The Environment
Offshore vessel operator Maersk Supply Service has agreed to deploy the AHTS Maersk Launcher in support of the deployment of The Ocean Cleanup trash removal system, which aims to remove plastic debris from the waters of the North Pacific. It is the first large-scale initiative of its kind.
The effort will target the well-publicized “garbage patch” in the Pacific, which contains mismanaged plastic waste generated on shore. According to researchers at the Helmholtz Centre for Environmental Research, ten river systems in Asia and Africa account for as much as 95 percent of ocean plastic pollution worldwide, and six of ten flow into the seas of the Western Pacific region. The Ocean Cleanup estimates that about 85 percent of the total comes from Asia.

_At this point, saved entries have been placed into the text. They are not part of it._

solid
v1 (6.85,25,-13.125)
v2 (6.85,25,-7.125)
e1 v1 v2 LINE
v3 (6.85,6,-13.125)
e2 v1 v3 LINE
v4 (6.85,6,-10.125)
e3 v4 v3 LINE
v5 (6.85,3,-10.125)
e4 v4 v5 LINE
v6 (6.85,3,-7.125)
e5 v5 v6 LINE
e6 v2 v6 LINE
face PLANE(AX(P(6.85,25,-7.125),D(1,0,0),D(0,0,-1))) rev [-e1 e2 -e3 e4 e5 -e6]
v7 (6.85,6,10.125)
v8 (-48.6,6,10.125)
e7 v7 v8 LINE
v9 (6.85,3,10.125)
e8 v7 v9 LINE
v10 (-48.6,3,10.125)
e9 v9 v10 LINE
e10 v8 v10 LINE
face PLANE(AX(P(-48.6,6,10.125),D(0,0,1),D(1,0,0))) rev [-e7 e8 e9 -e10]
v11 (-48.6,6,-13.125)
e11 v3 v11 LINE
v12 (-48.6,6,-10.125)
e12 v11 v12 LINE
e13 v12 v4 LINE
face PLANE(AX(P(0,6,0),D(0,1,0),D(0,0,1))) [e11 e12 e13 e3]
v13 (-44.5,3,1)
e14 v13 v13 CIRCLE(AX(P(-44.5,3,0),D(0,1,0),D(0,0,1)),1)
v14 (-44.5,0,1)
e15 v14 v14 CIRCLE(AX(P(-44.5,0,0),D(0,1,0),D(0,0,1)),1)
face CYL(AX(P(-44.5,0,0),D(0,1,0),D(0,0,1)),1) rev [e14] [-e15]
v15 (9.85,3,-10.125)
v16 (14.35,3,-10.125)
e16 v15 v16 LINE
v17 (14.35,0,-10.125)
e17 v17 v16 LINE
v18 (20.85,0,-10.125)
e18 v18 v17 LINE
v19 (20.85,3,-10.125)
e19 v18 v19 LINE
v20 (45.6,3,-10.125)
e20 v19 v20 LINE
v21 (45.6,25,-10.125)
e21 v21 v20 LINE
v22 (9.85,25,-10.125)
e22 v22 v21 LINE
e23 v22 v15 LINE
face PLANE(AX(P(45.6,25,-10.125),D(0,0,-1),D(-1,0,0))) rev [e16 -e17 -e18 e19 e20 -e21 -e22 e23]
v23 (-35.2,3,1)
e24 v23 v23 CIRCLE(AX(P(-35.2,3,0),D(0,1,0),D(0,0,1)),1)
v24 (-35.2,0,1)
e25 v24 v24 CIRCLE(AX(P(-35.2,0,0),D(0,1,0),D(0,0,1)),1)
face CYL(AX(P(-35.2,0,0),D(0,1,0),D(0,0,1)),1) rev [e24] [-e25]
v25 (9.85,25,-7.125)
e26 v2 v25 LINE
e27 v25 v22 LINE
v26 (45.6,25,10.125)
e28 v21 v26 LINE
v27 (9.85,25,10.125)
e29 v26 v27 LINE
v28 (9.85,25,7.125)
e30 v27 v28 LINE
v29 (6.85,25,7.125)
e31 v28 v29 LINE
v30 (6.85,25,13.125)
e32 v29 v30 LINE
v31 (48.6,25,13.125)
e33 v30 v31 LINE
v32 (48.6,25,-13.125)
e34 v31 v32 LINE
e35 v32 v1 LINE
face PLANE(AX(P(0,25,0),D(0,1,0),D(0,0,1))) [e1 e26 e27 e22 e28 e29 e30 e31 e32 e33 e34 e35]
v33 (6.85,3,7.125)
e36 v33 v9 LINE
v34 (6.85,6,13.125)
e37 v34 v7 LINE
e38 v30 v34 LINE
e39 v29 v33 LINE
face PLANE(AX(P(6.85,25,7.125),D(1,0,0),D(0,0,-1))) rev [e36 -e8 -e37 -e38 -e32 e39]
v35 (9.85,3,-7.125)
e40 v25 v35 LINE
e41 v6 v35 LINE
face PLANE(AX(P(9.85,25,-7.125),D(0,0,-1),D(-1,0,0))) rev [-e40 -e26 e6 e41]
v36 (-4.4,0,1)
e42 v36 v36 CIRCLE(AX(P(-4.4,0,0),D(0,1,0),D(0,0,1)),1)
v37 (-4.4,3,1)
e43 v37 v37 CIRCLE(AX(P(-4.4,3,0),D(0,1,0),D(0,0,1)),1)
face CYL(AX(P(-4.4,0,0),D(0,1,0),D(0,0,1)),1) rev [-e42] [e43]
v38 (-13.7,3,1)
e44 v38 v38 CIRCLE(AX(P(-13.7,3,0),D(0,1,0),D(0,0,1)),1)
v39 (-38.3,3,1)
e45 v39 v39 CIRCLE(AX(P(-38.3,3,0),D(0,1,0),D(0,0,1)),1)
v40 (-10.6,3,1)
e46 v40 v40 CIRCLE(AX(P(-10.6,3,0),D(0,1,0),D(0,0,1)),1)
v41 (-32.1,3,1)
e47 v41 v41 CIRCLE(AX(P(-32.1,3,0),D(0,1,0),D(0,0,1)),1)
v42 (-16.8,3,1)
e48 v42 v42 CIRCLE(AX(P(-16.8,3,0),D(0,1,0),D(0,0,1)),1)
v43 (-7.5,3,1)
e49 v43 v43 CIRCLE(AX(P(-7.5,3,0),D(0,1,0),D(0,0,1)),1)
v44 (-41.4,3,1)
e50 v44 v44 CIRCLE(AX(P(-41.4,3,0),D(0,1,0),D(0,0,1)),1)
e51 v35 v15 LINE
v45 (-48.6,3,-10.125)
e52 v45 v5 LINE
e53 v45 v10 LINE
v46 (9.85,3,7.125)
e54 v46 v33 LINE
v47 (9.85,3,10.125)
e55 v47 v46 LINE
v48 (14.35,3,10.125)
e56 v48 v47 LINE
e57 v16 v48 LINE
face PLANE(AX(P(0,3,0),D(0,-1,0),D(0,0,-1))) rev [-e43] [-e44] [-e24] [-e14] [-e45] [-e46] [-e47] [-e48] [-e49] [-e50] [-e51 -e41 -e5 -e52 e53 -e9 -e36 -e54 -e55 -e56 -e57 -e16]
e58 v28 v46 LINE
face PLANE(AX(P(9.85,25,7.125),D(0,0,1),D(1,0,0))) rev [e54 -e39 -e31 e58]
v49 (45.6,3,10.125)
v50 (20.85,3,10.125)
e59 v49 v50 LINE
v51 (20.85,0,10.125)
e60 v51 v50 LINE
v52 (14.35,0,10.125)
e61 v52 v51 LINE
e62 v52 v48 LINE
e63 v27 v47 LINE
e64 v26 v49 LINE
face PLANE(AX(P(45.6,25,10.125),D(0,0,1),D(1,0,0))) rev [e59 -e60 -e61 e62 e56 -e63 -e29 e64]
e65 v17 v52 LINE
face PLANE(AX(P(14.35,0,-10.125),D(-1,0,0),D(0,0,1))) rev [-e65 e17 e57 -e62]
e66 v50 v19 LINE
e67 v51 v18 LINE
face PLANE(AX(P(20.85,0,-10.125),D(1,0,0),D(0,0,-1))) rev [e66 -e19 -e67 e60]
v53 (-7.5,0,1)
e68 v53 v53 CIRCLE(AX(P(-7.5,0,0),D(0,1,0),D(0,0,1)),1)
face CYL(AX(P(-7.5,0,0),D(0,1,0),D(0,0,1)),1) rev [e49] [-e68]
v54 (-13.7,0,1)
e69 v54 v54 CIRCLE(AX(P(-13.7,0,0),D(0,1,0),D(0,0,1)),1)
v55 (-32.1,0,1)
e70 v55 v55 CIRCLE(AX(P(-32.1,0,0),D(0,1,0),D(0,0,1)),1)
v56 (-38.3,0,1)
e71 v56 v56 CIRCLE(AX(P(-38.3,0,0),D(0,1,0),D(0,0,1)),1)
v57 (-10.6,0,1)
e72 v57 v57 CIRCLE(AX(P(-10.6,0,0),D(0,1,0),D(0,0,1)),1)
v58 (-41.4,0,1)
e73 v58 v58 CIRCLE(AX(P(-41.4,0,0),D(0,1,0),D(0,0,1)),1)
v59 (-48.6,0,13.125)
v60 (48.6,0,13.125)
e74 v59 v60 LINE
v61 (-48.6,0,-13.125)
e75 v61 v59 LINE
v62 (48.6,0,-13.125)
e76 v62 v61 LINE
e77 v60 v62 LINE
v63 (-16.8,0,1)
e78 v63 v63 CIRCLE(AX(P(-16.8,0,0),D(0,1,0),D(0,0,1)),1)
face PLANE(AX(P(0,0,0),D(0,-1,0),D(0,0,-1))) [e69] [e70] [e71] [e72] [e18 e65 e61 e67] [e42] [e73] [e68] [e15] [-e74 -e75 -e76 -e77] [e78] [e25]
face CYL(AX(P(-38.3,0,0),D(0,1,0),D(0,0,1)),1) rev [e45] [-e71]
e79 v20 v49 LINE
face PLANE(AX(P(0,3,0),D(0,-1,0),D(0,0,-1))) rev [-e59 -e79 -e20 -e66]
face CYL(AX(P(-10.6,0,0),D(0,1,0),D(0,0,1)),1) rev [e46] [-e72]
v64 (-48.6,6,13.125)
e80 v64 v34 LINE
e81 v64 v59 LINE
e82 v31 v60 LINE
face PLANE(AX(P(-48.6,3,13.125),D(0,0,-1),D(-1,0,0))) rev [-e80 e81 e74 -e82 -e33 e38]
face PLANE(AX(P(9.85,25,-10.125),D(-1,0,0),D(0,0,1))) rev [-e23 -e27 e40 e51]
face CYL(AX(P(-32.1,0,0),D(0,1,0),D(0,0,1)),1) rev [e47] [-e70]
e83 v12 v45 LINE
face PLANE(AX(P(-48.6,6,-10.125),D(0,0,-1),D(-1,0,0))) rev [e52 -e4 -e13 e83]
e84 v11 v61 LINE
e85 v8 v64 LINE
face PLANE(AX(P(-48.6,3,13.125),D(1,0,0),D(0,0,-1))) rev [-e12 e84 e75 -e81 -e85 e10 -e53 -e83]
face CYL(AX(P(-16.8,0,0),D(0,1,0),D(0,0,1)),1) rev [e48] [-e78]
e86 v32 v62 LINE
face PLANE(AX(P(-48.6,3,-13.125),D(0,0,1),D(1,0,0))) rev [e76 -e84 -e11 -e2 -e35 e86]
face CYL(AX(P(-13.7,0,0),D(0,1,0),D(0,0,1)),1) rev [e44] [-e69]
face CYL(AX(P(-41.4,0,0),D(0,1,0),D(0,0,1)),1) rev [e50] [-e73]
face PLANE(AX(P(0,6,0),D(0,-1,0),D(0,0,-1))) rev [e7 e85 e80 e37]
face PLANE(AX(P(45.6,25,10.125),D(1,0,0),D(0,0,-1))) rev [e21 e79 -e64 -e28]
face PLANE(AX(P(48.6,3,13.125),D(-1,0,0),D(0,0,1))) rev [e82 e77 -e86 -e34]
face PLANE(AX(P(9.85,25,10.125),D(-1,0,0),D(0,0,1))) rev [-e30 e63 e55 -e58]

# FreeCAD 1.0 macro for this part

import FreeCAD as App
import Part
import Sketcher

V = App.Vector
Q = App.Units.Quantity

doc = App.newDocument("Part")
body = doc.addObject("PartDesign::Body", "Body")

sketch1 = doc.addObject("Sketcher::SketchObject", "Sketch")
body.addObject(sketch1)
sketch1.AttachmentSupport = (doc.XZ_Plane, [""])
sketch1.MapMode = "FlatFace"
sketch1.addGeometry([
    Part.LineSegment(V(-48.6, -13.125, 0), V(-48.6, 13.125, 0)),
    Part.LineSegment(V(-48.6, 13.125, 0), V(48.6, 13.125, 0)),
    Part.LineSegment(V(48.6, 13.125, 0), V(48.6, -13.125, 0)),
    Part.LineSegment(V(48.6, -13.125, 0), V(-48.6, -13.125, 0)),
], False)
sketch1.addConstraint([
    Sketcher.Constraint("Coincident", 0, 2, 1, 1),
    Sketcher.Constraint("Coincident", 1, 2, 2, 1),
    Sketcher.Constraint("Coincident", 2, 2, 3, 1),
    Sketcher.Constraint("Coincident", 3, 2, 0, 1),
    Sketcher.Constraint("Vertical", 0),
    Sketcher.Constraint("Horizontal", 1),
    Sketcher.Constraint("Vertical", 2),
    Sketcher.Constraint("Horizontal", 3),
    Sketcher.Constraint("Symmetric", 0, 2, 2, 2, -1, 1),
    Sketcher.Constraint("DistanceX", 1, 1, 1, 2, Q("97.2 mm")),
    Sketcher.Constraint("DistanceY", 0, 1, 0, 2, Q("26.25 mm")),
])
pad1 = doc.addObject("PartDesign::Pad", "Pad")
body.addObject(pad1)
pad1.Profile = sketch1
pad1.Length = 3
pad1.Reversed = True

The Ocean Cleanup’s system relies upon long floating screens to collect plastic debris for recycling. The group has a support center at Alameda, across the bay from the Port of San Francisco, and the site recently conducted offshore tow testing for a 120-meter segment of the barrier. The complete unit will be 600 meters long, and under optimal conditions, the group believes that it will accumulate one ton of plastic per week. Ocean Cleanup asserts that if deployed worldwide, and combined with onshore waste reduction, the system could remove 90 percent of the world’s ocean plastic pollution. Plastic waste enters the sea at an estimated rate of 90,000 to 270,000 tons per week, according to an estimate published in Science in 2015. – Read on.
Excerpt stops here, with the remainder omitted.